The regression model is: \[ \hat{y} = -1.94 + 0.21_\mbox{Logged_GDP_per_capita} + 2.74_\mbox{Social_support} + 0.03_\mbox{Healthy_life_expectancy} + 1.92_\mbox{Freedom_to_make_life_choices} -0.73_\mbox{Perceptions_of_corruption}\]

**Hypotheses**

\(H_0: \ \beta_1 = \beta_2 = \beta_3 = \beta_4 = \beta_5 = 0\)

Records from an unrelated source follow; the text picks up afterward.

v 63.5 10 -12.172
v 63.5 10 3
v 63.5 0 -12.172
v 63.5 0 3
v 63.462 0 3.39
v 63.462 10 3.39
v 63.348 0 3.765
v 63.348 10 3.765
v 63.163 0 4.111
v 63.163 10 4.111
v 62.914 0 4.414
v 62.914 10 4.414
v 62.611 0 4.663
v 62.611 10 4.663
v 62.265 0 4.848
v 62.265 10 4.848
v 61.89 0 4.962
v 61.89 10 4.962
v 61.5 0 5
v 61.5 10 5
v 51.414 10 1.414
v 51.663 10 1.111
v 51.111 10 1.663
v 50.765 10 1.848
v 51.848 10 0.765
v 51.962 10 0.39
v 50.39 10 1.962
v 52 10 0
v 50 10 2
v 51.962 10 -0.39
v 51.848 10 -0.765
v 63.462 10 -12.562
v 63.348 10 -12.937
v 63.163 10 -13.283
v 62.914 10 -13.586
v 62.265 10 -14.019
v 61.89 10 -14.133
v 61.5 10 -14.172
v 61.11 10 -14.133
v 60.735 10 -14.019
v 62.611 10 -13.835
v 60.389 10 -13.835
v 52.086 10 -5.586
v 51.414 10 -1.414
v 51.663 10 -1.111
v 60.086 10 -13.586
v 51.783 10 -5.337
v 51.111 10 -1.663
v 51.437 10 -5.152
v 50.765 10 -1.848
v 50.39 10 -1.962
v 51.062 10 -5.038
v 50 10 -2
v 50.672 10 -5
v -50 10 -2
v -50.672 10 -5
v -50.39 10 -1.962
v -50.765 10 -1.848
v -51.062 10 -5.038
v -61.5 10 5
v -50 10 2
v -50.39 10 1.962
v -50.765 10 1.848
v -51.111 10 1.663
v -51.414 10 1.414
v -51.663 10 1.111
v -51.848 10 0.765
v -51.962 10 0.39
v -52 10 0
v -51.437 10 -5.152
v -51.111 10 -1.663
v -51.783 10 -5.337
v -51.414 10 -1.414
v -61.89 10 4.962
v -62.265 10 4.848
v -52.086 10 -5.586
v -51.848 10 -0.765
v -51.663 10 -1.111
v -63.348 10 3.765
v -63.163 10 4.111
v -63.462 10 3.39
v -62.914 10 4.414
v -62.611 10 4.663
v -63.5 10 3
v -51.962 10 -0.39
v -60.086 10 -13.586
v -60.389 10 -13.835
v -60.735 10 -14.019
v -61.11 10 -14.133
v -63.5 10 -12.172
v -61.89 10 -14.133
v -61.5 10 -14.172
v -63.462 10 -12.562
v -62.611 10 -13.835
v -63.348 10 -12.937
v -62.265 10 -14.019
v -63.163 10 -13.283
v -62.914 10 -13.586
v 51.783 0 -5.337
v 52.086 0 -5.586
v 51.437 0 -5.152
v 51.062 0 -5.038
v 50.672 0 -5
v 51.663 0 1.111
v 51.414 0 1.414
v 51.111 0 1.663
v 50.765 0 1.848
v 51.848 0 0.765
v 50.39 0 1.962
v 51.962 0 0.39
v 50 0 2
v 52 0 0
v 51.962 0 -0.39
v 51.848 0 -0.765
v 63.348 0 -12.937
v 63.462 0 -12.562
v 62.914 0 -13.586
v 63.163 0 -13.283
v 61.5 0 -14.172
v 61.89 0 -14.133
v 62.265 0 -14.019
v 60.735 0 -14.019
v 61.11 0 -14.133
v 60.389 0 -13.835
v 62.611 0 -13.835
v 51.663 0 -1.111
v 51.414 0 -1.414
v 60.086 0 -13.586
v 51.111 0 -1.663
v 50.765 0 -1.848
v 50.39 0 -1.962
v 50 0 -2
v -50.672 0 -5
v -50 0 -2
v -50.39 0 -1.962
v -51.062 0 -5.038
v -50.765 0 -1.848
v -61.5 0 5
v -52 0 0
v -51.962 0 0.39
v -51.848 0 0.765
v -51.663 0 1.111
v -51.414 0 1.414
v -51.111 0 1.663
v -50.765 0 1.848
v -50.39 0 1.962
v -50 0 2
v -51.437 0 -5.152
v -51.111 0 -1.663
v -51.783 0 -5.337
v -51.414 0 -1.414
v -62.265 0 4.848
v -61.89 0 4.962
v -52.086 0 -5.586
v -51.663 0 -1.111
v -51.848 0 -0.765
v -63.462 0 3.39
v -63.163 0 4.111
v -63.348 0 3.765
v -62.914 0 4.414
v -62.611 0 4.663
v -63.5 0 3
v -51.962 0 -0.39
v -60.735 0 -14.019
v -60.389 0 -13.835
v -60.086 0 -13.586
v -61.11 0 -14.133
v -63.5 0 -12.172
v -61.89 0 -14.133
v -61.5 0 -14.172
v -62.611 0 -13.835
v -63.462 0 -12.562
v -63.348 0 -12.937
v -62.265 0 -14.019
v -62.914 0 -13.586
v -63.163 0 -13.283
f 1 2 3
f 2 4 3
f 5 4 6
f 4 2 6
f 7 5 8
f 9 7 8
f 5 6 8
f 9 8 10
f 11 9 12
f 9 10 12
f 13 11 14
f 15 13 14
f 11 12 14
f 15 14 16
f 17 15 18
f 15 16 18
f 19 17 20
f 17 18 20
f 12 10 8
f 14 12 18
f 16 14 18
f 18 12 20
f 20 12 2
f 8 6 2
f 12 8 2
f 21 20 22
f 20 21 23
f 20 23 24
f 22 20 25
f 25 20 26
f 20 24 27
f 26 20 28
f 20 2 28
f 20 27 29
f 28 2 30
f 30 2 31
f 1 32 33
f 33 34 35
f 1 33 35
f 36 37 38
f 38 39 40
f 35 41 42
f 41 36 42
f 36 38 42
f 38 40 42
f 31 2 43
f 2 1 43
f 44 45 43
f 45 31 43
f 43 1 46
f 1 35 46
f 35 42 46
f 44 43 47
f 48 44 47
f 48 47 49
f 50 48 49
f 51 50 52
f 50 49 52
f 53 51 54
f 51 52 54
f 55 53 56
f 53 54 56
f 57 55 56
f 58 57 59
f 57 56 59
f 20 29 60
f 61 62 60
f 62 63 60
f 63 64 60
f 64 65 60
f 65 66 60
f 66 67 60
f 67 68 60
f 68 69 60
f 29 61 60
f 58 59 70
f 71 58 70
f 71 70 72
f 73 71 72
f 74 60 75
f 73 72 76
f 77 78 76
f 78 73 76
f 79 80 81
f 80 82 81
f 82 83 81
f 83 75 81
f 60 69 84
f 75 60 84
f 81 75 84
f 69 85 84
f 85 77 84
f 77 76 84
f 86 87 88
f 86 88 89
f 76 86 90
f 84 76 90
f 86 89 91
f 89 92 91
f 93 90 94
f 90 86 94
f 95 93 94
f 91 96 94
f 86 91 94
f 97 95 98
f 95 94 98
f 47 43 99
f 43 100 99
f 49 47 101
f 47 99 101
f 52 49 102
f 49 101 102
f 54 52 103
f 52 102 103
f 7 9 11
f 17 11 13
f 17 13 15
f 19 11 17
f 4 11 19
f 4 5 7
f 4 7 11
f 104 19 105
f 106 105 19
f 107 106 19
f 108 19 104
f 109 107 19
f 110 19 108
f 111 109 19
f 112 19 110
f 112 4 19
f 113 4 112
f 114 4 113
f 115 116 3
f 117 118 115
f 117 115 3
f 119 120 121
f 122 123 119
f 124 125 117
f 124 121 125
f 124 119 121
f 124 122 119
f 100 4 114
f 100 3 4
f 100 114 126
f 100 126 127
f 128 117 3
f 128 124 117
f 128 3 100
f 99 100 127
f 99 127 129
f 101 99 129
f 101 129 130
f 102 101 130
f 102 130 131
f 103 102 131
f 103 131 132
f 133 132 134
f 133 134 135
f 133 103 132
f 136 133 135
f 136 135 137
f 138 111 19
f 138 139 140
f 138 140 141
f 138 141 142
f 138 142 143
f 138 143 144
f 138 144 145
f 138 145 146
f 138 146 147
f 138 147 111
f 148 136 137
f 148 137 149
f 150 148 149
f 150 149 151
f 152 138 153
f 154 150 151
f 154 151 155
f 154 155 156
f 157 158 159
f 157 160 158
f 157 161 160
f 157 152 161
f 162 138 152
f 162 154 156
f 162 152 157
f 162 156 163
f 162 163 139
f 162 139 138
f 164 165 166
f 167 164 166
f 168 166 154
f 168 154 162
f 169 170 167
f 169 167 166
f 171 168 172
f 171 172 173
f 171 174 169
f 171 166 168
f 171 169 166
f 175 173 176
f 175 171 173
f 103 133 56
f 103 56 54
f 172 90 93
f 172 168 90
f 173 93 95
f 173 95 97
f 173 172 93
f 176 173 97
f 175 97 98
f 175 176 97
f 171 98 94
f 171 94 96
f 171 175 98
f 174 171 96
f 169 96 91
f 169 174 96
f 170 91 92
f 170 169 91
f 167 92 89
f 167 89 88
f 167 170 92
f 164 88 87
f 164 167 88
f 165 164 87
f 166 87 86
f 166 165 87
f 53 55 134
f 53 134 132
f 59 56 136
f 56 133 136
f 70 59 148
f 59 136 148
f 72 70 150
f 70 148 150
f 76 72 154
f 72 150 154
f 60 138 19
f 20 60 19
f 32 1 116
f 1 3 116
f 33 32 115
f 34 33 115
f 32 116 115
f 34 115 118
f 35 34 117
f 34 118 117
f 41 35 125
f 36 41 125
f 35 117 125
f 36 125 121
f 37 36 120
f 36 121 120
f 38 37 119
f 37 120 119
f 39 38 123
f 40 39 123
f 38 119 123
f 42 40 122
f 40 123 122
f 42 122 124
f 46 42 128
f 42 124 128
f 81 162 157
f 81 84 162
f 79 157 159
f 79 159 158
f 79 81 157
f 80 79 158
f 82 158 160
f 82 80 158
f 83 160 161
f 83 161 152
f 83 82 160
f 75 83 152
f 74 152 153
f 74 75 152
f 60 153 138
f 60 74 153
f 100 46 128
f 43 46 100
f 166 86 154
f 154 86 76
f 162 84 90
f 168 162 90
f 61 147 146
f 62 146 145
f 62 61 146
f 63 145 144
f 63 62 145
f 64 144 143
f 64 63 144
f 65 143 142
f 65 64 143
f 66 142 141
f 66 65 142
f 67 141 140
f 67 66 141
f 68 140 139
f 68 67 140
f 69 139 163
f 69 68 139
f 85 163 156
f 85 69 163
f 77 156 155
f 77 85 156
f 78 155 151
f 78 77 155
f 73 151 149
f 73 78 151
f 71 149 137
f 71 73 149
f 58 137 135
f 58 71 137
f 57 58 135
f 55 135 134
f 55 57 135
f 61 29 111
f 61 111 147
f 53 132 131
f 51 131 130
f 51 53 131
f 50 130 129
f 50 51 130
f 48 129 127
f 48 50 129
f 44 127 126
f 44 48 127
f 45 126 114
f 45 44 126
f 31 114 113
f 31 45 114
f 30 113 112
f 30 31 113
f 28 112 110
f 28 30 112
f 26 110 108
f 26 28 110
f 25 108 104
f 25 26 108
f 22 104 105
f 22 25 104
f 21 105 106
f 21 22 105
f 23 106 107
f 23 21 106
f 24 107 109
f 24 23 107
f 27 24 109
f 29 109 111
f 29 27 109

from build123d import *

# Parameters (mm, degrees)
SKETCH1_W           = 127
SKETCH1_H           = 10
BOSS_EXTRUDE1_DEPTH = 10
BOSS_EXTRUDE2_DEPTH = 10
FILLET1_R           = 2
CUT_EXTRUDE1_REACH  = 12


with BuildPart() as part:
    # Sketch1 → Boss-Extrude1 (new body)
    with BuildSketch(Plane(origin=(0, 0, 0), x_dir=(1, 0, 0), z_dir=(0, 1, 0))):
        Rectangle(SKETCH1_W, SKETCH1_H)
    extrude(amount=BOSS_EXTRUDE1_DEPTH)

    # Sketch2 → Boss-Extrude2 (add)
    with BuildSketch(Plane(origin=(0, 10, 0), x_dir=(1, 0, 0), z_dir=(0, 1, 0))):
        Polygon((-63.5, 5), (-63.5, 17), (-51.5, 5), align=None)
        Polygon((51.5, 5), (63.5, 5), (63.5, 17), align=None)
    extrude(amount=-BOSS_EXTRUDE2_DEPTH)

    # Fillet1
    fillet1_edges = [part.edges().sort_by_distance(p)[0] for p in [
        (-51.5, 5, -5),
        (-63.5, 5, -17),
        (51.5, 5, -5),
        (63.5, 5, -17),
        (63.5, 5, 5),
        (-63.5, 5, 5),
    ]]
    fillet(fillet1_edges, radius=FILLET1_R)

    # Sketch4 → Cut-Extrude1 (cut, up to next)
    with BuildSketch(Plane(origin=(0, 10, 0), x_dir=(1, 0, 0), z_dir=(0, 1, 0)), mode=Mode.PRIVATE) as cut_extrude1_sk1:
        with BuildLine():
            Line((-50, 2), (50, 2))
            ThreePointArc((50, 2), (52, 0), (50, -2))
            Line((50, -2), (-50, -2))
            ThreePointArc((-50, -2), (-52, 0), (-50, 2))
        make_face()
    cut_extrude1_tool1 = extrude(cut_extrude1_sk1.sketch, amount=-CUT_EXTRUDE1_REACH, mode=Mode.PRIVATE) & part.part
    add(cut_extrude1_tool1.solids().sort_by_distance((0, 10, 0))[0], mode=Mode.SUBTRACT)


solid = part.part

\(H_1: \ \mbox{at least one } \beta_i \ne 0\)

**Test Statistic**

\(F_0 = 86.25\).

*p*-value

\(p < 0.0001\).

**Rejection Region**

Reject if \(p < \alpha\), where \(\alpha=0.05\).

**Conclusion and Interpretation**

Reject \(H_0\). There is sufficient evidence to suggest that the regression line is significant.

Predictor | Estimate of \(\beta\) | 95% CI for \(\beta\) | p-value |
---|---|---|---|

Logged GDP per Capita | 0.21 | (0.05, 0.37) | p = 0.0094 |

Social Support | 2.74 | (1.43, 4.05) | p = 0.0001 |

Healthy Life Expectancy | 0.03 | (0.01, 0.06) | p = 0.0084 |

Freedom to Make Life Choices | 1.92 | (0.97, 2.88) | p = 0.0001 |

Perceptions of Corruption | -0.73 | (-1.33, -0.13) | p = 0.0182 |

```
GDP_p <- ggplot(happydata, aes(x = happydata$Logged_GDP_per_capita, y = happydata$Ladder_score)) +
geom_point(alpha = 0.5) +
xlab("Logged GDP per Capita") +
ylab("Ladder Score") +
theme_bw()
GDP_p
```

## Social Support

The mean (standard deviation) social support score is 0.81 (0.12). The median social support score is 0.83.